- [DIRECTIONS FOR THIS TASK]:
Go through the records line by line from the top and repeat each one exactly, ending with the line that contains "The same part".

- [Stored data entries]:
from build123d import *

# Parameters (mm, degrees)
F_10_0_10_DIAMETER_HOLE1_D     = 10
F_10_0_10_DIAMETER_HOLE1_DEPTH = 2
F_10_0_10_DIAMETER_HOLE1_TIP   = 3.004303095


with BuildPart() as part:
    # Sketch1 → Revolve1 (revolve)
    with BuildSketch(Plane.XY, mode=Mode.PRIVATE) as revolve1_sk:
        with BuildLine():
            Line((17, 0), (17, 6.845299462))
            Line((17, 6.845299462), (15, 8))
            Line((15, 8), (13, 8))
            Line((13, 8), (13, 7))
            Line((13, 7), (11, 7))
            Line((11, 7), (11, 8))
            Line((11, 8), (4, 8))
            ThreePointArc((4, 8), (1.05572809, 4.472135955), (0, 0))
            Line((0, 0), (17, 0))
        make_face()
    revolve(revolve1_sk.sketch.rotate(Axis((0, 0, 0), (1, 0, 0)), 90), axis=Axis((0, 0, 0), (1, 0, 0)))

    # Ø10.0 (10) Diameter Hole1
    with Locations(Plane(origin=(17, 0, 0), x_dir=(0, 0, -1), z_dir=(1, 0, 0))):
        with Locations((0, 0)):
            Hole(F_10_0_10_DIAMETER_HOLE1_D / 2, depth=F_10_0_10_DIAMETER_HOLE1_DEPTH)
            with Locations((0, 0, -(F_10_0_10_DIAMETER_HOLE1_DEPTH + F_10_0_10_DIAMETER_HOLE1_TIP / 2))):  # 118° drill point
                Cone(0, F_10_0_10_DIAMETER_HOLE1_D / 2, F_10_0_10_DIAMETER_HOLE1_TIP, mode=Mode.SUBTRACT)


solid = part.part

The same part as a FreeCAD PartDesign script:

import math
import FreeCAD as App
import Part
import Sketcher

V = App.Vector
Q = App.Units.Quantity

doc = App.newDocument("Part")
body = doc.addObject("PartDesign::Body", "Body")

sketch1 = body.newObject("Sketcher::SketchObject", "Sketch")
sketch1.AttachmentSupport = (doc.getObject("XY_Plane"), [""])
sketch1.MapMode = "FlatFace"
sketch1.addGeometry([
    Part.LineSegment(V(17, 0, 0), V(17, 6.845299, 0)),
    Part.LineSegment(V(17, 6.845299, 0), V(15, 8, 0)),
    Part.LineSegment(V(15, 8, 0), V(13, 8, 0)),
    Part.LineSegment(V(13, 8, 0), V(13, 7, 0)),
    Part.LineSegment(V(13, 7, 0), V(11, 7, 0)),
    Part.LineSegment(V(11, 7, 0), V(11, 8, 0)),
    Part.LineSegment(V(11, 8, 0), V(4, 8, 0)),
    Part.ArcOfCircle(Part.Circle(V(10, 0, 0), V(0, 0, 1), 10), math.radians(126.869898), math.radians(180)),
    Part.LineSegment(V(0, 0, 0), V(17, 0, 0)),
], False)
sketch1.addConstraint([
    Sketcher.Constraint("Coincident", 0, 2, 1, 1),
    Sketcher.Constraint("Coincident", 1, 2, 2, 1),
    Sketcher.Constraint("Coincident", 2, 2, 3, 1),
    Sketcher.Constraint("Coincident", 3, 2, 4, 1),
    Sketcher.Constraint("Coincident", 4, 2, 5, 1),
    Sketcher.Constraint("Coincident", 5, 2, 6, 1),
    Sketcher.Constraint("Coincident", 6, 2, 7, 1),
    Sketcher.Constraint("Coincident", 7, 2, 8, 1),
    Sketcher.Constraint("Coincident", 8, 2, 0, 1),
    Sketcher.Constraint("Vertical", 0),
    Sketcher.Constraint("Horizontal", 2),
    Sketcher.Constraint("Vertical", 3),
    Sketcher.Constraint("Horizontal", 4),
    Sketcher.Constraint("Vertical", 5),
    Sketcher.Constraint("Horizontal", 6),
    Sketcher.Constraint("Horizontal", 8),
    Sketcher.Constraint("Coincident", 7, 2, -1, 1),
    Sketcher.Constraint("PointOnObject", 7, 3, -1),
    Sketcher.Constraint("Horizontal", 2, 2, 5, 2),
    Sketcher.Constraint("Equal", 2, 4),
    Sketcher.Constraint("Radius", 7, 10.0),
    Sketcher.Constraint("DistanceX", 2, 2, 2, 1, 2.0),
    Sketcher.Constraint("DistanceX", 6, 2, 6, 1, 7.0),
    Sketcher.Constraint("DistanceX", 8, 1, 8, 2, 17.0),
    Sketcher.Constraint("DistanceY", 3, 2, 3, 1, 1.0),
    Sketcher.Constraint("Angle", 1, Q("150 deg")),
    Sketcher.Constraint("DistanceX", -1, 1, 1, 2, 15.0),
])
revolution = body.newObject("PartDesign::Revolution", "Revolution")
revolution.Profile = sketch1
revolution.ReferenceAxis = (sketch1, ["H_Axis"])
revolution.Angle = 360

sketch2 = body.newObject("Sketcher::SketchObject", "Sketch001")
sketch2.AttachmentSupport = (doc.getObject("YZ_Plane"), [""])
sketch2.MapMode = "FlatFace"
sketch2.AttachmentOffset = App.Placement(V(0, 0, 17), App.Rotation())
sketch2.addGeometry(Part.Circle(V(0, 0, 0), V(0, 0, 1), 5), False)
sketch2.addConstraint([
    Sketcher.Constraint("Coincident", 0, 3, -1, 1),
    Sketcher.Constraint("Diameter", 0, 10.0),
])
doc.recompute()
hole = body.newObject("PartDesign::Hole", "Hole")
hole.Profile = sketch2
hole.ThreadType = "None"
hole.Diameter = 10
hole.DepthType = "Dimension"
hole.Depth = 2
hole.DrillPoint = "Angled"
hole.DrillPointAngle = 118

doc.recompute()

- [EXERCISE ANSWER]:
from build123d import *

# Parameters (mm, degrees)
F_10_0_10_DIAMETER_HOLE1_D     = 10
F_10_0_10_DIAMETER_HOLE1_DEPTH = 2
F_10_0_10_DIAMETER_HOLE1_TIP   = 3.004303095


with BuildPart() as part:
    # Sketch1 → Revolve1 (revolve)
    with BuildSketch(Plane.XY, mode=Mode.PRIVATE) as revolve1_sk:
        with BuildLine():
            Line((17, 0), (17, 6.845299462))
            Line((17, 6.845299462), (15, 8))
            Line((15, 8), (13, 8))
            Line((13, 8), (13, 7))
            Line((13, 7), (11, 7))
            Line((11, 7), (11, 8))
            Line((11, 8), (4, 8))
            ThreePointArc((4, 8), (1.05572809, 4.472135955), (0, 0))
            Line((0, 0), (17, 0))
        make_face()
    revolve(revolve1_sk.sketch.rotate(Axis((0, 0, 0), (1, 0, 0)), 90), axis=Axis((0, 0, 0), (1, 0, 0)))

    # Ø10.0 (10) Diameter Hole1
    with Locations(Plane(origin=(17, 0, 0), x_dir=(0, 0, -1), z_dir=(1, 0, 0))):
        with Locations((0, 0)):
            Hole(F_10_0_10_DIAMETER_HOLE1_D / 2, depth=F_10_0_10_DIAMETER_HOLE1_DEPTH)
            with Locations((0, 0, -(F_10_0_10_DIAMETER_HOLE1_DEPTH + F_10_0_10_DIAMETER_HOLE1_TIP / 2))):  # 118° drill point
                Cone(0, F_10_0_10_DIAMETER_HOLE1_D / 2, F_10_0_10_DIAMETER_HOLE1_TIP, mode=Mode.SUBTRACT)


solid = part.part

The same part as a FreeCAD PartDesign script:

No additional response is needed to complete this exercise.